La norme continentale
Les Chinois, qui ont le sens de la dialectique, appelaient cela « Un pays, deux systèmes ». Ce mélange d’Etat de droit à la britannique et de génie entrepreneurial chinois a fait le succès de Hongkong et, en dépit de bien des pathologies sociales, son inimitable charme – un de ces lieux où, déposant la valise, on se dit que ce pourrait bien être pour toujours…
Augurée en 2012-2013, l’ère Xi Jinping, marquée par une volonté de rétablir ou d’établir le contrôle absolu du PCC sur tout ce qui est chinois, s’annonçait mal pour les enfants terribles de Hongkong. Une loi dite de « sécurité nationale » est imposée, du continent, en 2020. Elle va mettre l’ancienne colonie au pas. Le prétexte ? Un mouvement d’approfondissement de la démocratie hongkongaise qui, de 2014 à 2019, défiant Pékin, s’est souvent traduit par des violences de rue.
Tout ce qui faisait la spécificité de Hongkong – en gros, l’Etat de droit – est supprimé, écrasé, criminalisé. Le territoire doit se soumettre, être aligné sur la norme continentale, laquelle installe le monopole du PCC sur l’exercice du pouvoir exécutif, législatif et judiciaire (lire l’article de Florence de Changy dans Le Monde du 1er juillet). Hongkong sombre chaque jour un peu plus.

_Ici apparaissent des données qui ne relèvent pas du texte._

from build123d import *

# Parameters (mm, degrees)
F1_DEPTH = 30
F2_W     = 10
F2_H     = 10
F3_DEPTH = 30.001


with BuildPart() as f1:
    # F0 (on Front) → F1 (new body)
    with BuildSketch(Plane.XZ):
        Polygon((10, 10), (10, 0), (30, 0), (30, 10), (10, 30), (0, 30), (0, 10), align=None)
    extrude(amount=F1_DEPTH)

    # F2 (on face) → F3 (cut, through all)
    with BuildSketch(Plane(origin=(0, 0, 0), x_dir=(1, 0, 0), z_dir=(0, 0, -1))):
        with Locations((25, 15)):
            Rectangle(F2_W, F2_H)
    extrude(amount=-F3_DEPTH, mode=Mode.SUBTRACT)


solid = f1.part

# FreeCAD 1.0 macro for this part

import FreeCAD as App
import Part
import Sketcher


def add_polygon(sketch, points):
    """Adds a closed chain of lines whose ends are joined by coincident constraints."""
    first, n = sketch.GeometryCount, len(points)
    for a, b in zip(points, points[1:] + points[:1]):
        sketch.addGeometry(Part.LineSegment(App.Vector(*a, 0), App.Vector(*b, 0)), False)
    for i in range(n):
        sketch.addConstraint(Sketcher.Constraint("Coincident", first + i, 2, first + (i + 1) % n, 1))

doc = App.newDocument("Part")
body = doc.addObject("PartDesign::Body", "Body")

# Sketch on XZ plane
sketch1 = doc.addObject("Sketcher::SketchObject", "Sketch")
body.addObject(sketch1)
sketch1.AttachmentSupport = (doc.XZ_Plane, [""])
sketch1.MapMode = "FlatFace"
add_polygon(sketch1, [(10, 10), (10, 0), (30, 0), (30, 10), (10, 30), (0, 30), (0, 10)])  # lines 0-6
sketch1.addConstraint(Sketcher.Constraint("Vertical", 0))
sketch1.addConstraint(Sketcher.Constraint("Horizontal", 1))
sketch1.addConstraint(Sketcher.Constraint("Vertical", 2))
sketch1.addConstraint(Sketcher.Constraint("Horizontal", 4))
sketch1.addConstraint(Sketcher.Constraint("Vertical", 5))
sketch1.addConstraint(Sketcher.Constraint("Horizontal", 6))
sketch1.addConstraint(Sketcher.Constraint("PointOnObject", 0, 2, -1))
sketch1.addConstraint(Sketcher.Constraint("PointOnObject", 4, 2, -2))
sketch1.addConstraint(Sketcher.Constraint("Horizontal", 2, 2, 5, 2))
sketch1.addConstraint(Sketcher.Constraint("Vertical", 0, 2, 3, 2))
sketch1.addConstraint(Sketcher.Constraint("Equal", 6, 0))
sketch1.addConstraint(Sketcher.Constraint("Equal", 1, 5))
sketch1.addConstraint(Sketcher.Constraint("DistanceX", 1, 1, 1, 2, 20.0))
sketch1.addConstraint(Sketcher.Constraint("DistanceX", 4, 2, 4, 1, 10.0))
pad1 = doc.addObject("PartDesign::Pad", "Pad")
body.addObject(pad1)
pad1.Profile = sketch1
pad1.Length = 30

# Sketch on XY plane
sketch2 = doc.addObject("Sketcher::SketchObject", "Sketch001")
body.addObject(sketch2)
sketch2.AttachmentSupport = (doc.XY_Plane, [""])
sketch2.MapMode = "FlatFace"
add_polygon(sketch2, [(20, -20), (20, -10), (30, -10), (30, -20)])  # lines 0-3
sketch2.addConstraint(Sketcher.Constraint("Vertical", 0))
sketch2.addConstraint(Sketcher.Constraint("Horizontal", 1))
sketch2.addConstraint(Sketcher.Constraint("Vertical", 2))
sketch2.addConstraint(Sketcher.Constraint("Horizontal", 3))
sketch2.addConstraint(Sketcher.Constraint("Equal", 3, 0))
sketch2.addConstraint(Sketcher.Constraint("DistanceX", 1, 1, 1, 2, 10.0))
sketch2.addConstraint(Sketcher.Constraint("DistanceX", -1, 1, 0, 2, 20.0))
sketch2.addConstraint(Sketcher.Constraint("DistanceY", 0, 2, -1, 1, 10.0))
pocket1 = doc.addObject("PartDesign::Pocket", "Pocket")
body.addObject(pocket1)
pocket1.Profile = sketch2
pocket1.Type = "ThroughAll"
pocket1.Reversed = True

doc.recompute()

Pourquoi cet acharnement ? La réponse est dans le discours de Xi du 1er juillet : à cause du symbole. Tout à sa volonté d’imposer le PCC comme l’incarnation la plus aboutie de la nation chinoise, le président n’était pas homme à tolérer longtemps qu’un morceau de Chine, fût-il tout petit, échappât au système central. Impossible d’accepter que 7,5 millions de Chinois donnent l’exemple d’une éclatante réussite hors l’emprise du PCC – il en va de même pour Taïwan, qui, a dit Xi, devra être réuni par des voies pacifiques. L’histoire a un sens, explique Xi, et le parti en est le moteur.
Un démenti à l’expertise libérale
Dans un discours qui porte la marque d’un idéologue convaincu, pas celle d’un pragmatique opportuniste, le président déifie le parti. Le PCC est « la clé pour mener à bien les affaires chinoises » ; « sans lui, il n’y aura pas de renouveau de la nation chinoise » : le parti se confond avec la nation. Mais cette obsession à vouloir que toutes « les affaires chinoises » soient sous la souveraineté absolue du PCC conduit à l’étouffement intellectuel qui caractérise la Chine de Xi (lire l’article de Frédéric Lemaître dans Le Monde du 2 juillet).

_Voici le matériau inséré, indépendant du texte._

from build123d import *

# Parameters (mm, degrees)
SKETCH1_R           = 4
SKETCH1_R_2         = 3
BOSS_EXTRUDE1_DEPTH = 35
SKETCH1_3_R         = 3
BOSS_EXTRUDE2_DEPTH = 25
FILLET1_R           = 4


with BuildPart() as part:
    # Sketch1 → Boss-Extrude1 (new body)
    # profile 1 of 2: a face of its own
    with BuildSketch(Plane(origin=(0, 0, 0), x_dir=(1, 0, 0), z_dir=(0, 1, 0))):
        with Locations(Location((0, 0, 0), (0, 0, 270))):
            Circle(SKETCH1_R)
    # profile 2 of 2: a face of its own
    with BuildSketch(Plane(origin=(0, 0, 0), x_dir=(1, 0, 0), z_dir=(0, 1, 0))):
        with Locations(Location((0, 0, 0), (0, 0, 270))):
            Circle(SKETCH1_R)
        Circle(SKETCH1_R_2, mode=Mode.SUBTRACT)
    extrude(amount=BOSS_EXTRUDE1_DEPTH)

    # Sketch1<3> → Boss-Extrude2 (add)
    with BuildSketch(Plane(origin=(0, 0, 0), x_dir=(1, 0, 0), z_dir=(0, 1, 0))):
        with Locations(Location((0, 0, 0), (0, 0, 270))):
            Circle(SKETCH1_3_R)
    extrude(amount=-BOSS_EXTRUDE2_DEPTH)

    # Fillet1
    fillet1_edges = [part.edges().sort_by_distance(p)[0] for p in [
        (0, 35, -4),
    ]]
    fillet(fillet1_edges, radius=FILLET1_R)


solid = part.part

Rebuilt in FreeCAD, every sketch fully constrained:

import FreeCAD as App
import Part
import Sketcher


def edges_at(feature, points):
    """Names of the edges that pass closest to the given points."""
    edges = feature.Shape.Edges
    near = lambda p: min(range(len(edges)), key=lambda i: edges[i].distToShape(Part.Vertex(*p))[0])
    return sorted({f"Edge{near(p) + 1}" for p in points})

doc = App.newDocument("Part")
body = doc.addObject("PartDesign::Body", "Body")

sketch1 = body.newObject("Sketcher::SketchObject", "Sketch")
sketch1.AttachmentSupport = (doc.getObject("XZ_Plane"), [""])
sketch1.MapMode = "FlatFace"
sketch1.addGeometry(Part.Circle(App.Vector(0, 0, 0), App.Vector(0, 0, 1), 4), False)
sketch1.addConstraint(Sketcher.Constraint("Coincident", 0, 3, -1, 1))
sketch1.addConstraint(Sketcher.Constraint("Diameter", 0, 8.0))
pad1 = body.newObject("PartDesign::Pad", "Pad")
pad1.Profile = sketch1
pad1.Length = 35
pad1.Reversed = True

sketch2 = body.newObject("Sketcher::SketchObject", "Sketch001")
sketch2.AttachmentSupport = (doc.getObject("XZ_Plane"), [""])
sketch2.MapMode = "FlatFace"
sketch2.addGeometry(Part.Circle(App.Vector(0, 0, 0), App.Vector(0, 0, 1), 3), False)
sketch2.addConstraint(Sketcher.Constraint("Coincident", 0, 3, -1, 1))
sketch2.addConstraint(Sketcher.Constraint("Diameter", 0, 6.0))
pad2 = body.newObject("PartDesign::Pad", "Pad001")
pad2.Profile = sketch2
pad2.Length = 25
doc.recompute()

fillet = body.newObject("PartDesign::Fillet", "Fillet")
fillet.Base = (pad2, edges_at(pad2, [(0, 35, -4)]))
fillet.Radius = 4

doc.recompute()
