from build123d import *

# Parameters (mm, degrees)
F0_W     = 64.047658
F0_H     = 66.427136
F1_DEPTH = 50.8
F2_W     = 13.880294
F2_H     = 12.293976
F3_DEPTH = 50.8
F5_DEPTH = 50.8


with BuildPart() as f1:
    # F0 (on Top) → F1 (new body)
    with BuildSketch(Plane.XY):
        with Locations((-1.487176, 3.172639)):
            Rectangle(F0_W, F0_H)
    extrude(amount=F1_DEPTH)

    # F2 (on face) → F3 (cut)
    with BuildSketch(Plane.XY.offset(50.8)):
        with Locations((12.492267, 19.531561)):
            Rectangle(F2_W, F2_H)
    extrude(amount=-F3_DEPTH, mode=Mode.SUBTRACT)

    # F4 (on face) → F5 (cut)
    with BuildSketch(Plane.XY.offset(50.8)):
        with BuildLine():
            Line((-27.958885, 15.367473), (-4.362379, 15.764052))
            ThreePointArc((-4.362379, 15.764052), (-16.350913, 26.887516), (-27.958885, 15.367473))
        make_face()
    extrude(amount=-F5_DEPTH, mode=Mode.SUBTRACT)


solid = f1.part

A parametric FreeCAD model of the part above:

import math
import FreeCAD as App
import Part
import Sketcher
Q = App.Units.Quantity


def add_polygon(sketch, points):
    """Adds a closed chain of lines whose ends are joined by coincident constraints."""
    first, n = sketch.GeometryCount, len(points)
    for a, b in zip(points, points[1:] + points[:1]):
        sketch.addGeometry(Part.LineSegment(App.Vector(*a, 0), App.Vector(*b, 0)), False)
    for i in range(n):
        sketch.addConstraint(Sketcher.Constraint("Coincident", first + i, 2, first + (i + 1) % n, 1))

doc = App.newDocument("Part")
body = doc.addObject("PartDesign::Body", "Body")

sketch1 = body.newObject("Sketcher::SketchObject", "Sketch")
sketch1.AttachmentSupport = (doc.getObject("XY_Plane"), [""])
sketch1.MapMode = "FlatFace"
add_polygon(sketch1, [(-34, 36), (-34, -30), (31, -30), (31, 36)])
sketch1.addConstraint([
    Sketcher.Constraint("Vertical", 0),
    Sketcher.Constraint("Horizontal", 1),
    Sketcher.Constraint("Vertical", 2),
    Sketcher.Constraint("Horizontal", 3),
    Sketcher.Constraint("DistanceX", 1, 1, 1, 2, Q("64.047658 mm")),
    Sketcher.Constraint("DistanceY", 0, 2, 0, 1, Q("66.427136 mm")),
    Sketcher.Constraint("DistanceY", 0, 2, -1, 1, Q("30.040929 mm")),
    Sketcher.Constraint("DistanceX", 0, 2, -1, 1, Q("33.511005 mm")),
])
pad1 = body.newObject("PartDesign::Pad", "Pad")
pad1.Profile = sketch1
pad1.Length = Q("2 in")

sketch2 = body.newObject("Sketcher::SketchObject", "Sketch001")
sketch2.AttachmentSupport = (doc.getObject("XY_Plane"), [""])
sketch2.MapMode = "FlatFace"
sketch2.AttachmentOffset = App.Placement(App.Vector(0, 0, 2 * 25.4), App.Rotation())
add_polygon(sketch2, [(6, 26), (6, 13), (19, 13), (19, 26)])
sketch2.addConstraint([
    Sketcher.Constraint("Vertical", 0),
    Sketcher.Constraint("Horizontal", 1),
    Sketcher.Constraint("Vertical", 2),
    Sketcher.Constraint("Horizontal", 3),
    Sketcher.Constraint("DistanceX", 1, 1, 1, 2, Q("13.880294 mm")),
    Sketcher.Constraint("DistanceY", 0, 2, 0, 1, Q("12.293976 mm")),
    Sketcher.Constraint("DistanceX", -1, 1, 0, 2, Q("5.55212 mm")),
    Sketcher.Constraint("DistanceY", -1, 1, 2, 2, Q("25.678549 mm")),
])
pocket1 = body.newObject("PartDesign::Pocket", "Pocket")
pocket1.Profile = sketch2
pocket1.Length = Q("2 in")

sketch3 = body.newObject("Sketcher::SketchObject", "Sketch002")
sketch3.AttachmentSupport = (doc.getObject("XY_Plane"), [""])
sketch3.MapMode = "FlatFace"
sketch3.AttachmentOffset = App.Placement(App.Vector(0, 0, 2 * 25.4), App.Rotation())
sketch3.addGeometry([
    Part.LineSegment(App.Vector(-28, 15, 0), App.Vector(-4, 16, 0)),
    Part.ArcOfCircle(Part.Circle(App.Vector(-16, 15, 0), App.Vector(0, 0, 1), 12), math.radians(3), math.radians(179)),
], False)
sketch3.addConstraint([
    Sketcher.Constraint("Coincident", 0, 1, 1, 2),
    Sketcher.Constraint("Coincident", 1, 1, 0, 2),
    Sketcher.Constraint("Radius", 1, Q("11.809948 mm")),
    Sketcher.Constraint("Distance", 0, Q("23.599838 mm")),
    Sketcher.Constraint("DistanceX", 1, 1, -1, 1, Q("4.362379 mm")),
    Sketcher.Constraint("DistanceX", 0, 1, 1, 3, Q("11.80643 mm")),
    Sketcher.Constraint("DistanceY", -1, 1, 1, 3, Q("15.079236 mm")),
])
pocket2 = body.newObject("PartDesign::Pocket", "Pocket001")
pocket2.Profile = sketch3
pocket2.Length = Q("2 in")

doc.recompute()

Le président entend promouvoir les « sciences et les technologies chinoises », a-t-il rappelé le 1er juillet, et aussi « leur autonomie ». Autrement dit, on « découple », on fait sans les Etats-Unis, on se dote des moyens d’une forte indépendance techno-scientifique – l’opposition actuelle de Pékin aux introductions en Bourse à New York d’entreprises de high-tech chinoises va en ce sens. Le problème est de savoir si une société de créativité scientifique et technologique peut naître dans un climat de surveillance léniniste.
La Chine a apporté un démenti à l’expertise libérale : elle a prouvé que le développement d’une économie de consommation avancée ne débouche pas forcément sur une libéralisation du système politique. Mais promouvoir une économie de l’innovation dans des universités étroitement policées, où toute influence « occidentale » est combattue ? Tolérer une génération d’entrepreneurs mégalomanes dans un régime qui se méfie des personnalités hors norme ? Xi maltraite le type même d’entreprises et d’entrepreneurs dont il a besoin pour concurrencer les Etats-Unis.
Hongkong a été un lieu de création et d’innovation, jusque-là. Peut-être parce que ce flamboyant territoire échappait à l’impérialisme du PCC.
Post-scriptum Plus près de nos préoccupations, réfléchir à l’impact d’une politique économique sur l’innovation, en lisant La Grande Rupture, de Jean-Hervé Lorenzi et Alain Villemeur, Odile Jacob, 208 p., 21,90 euros.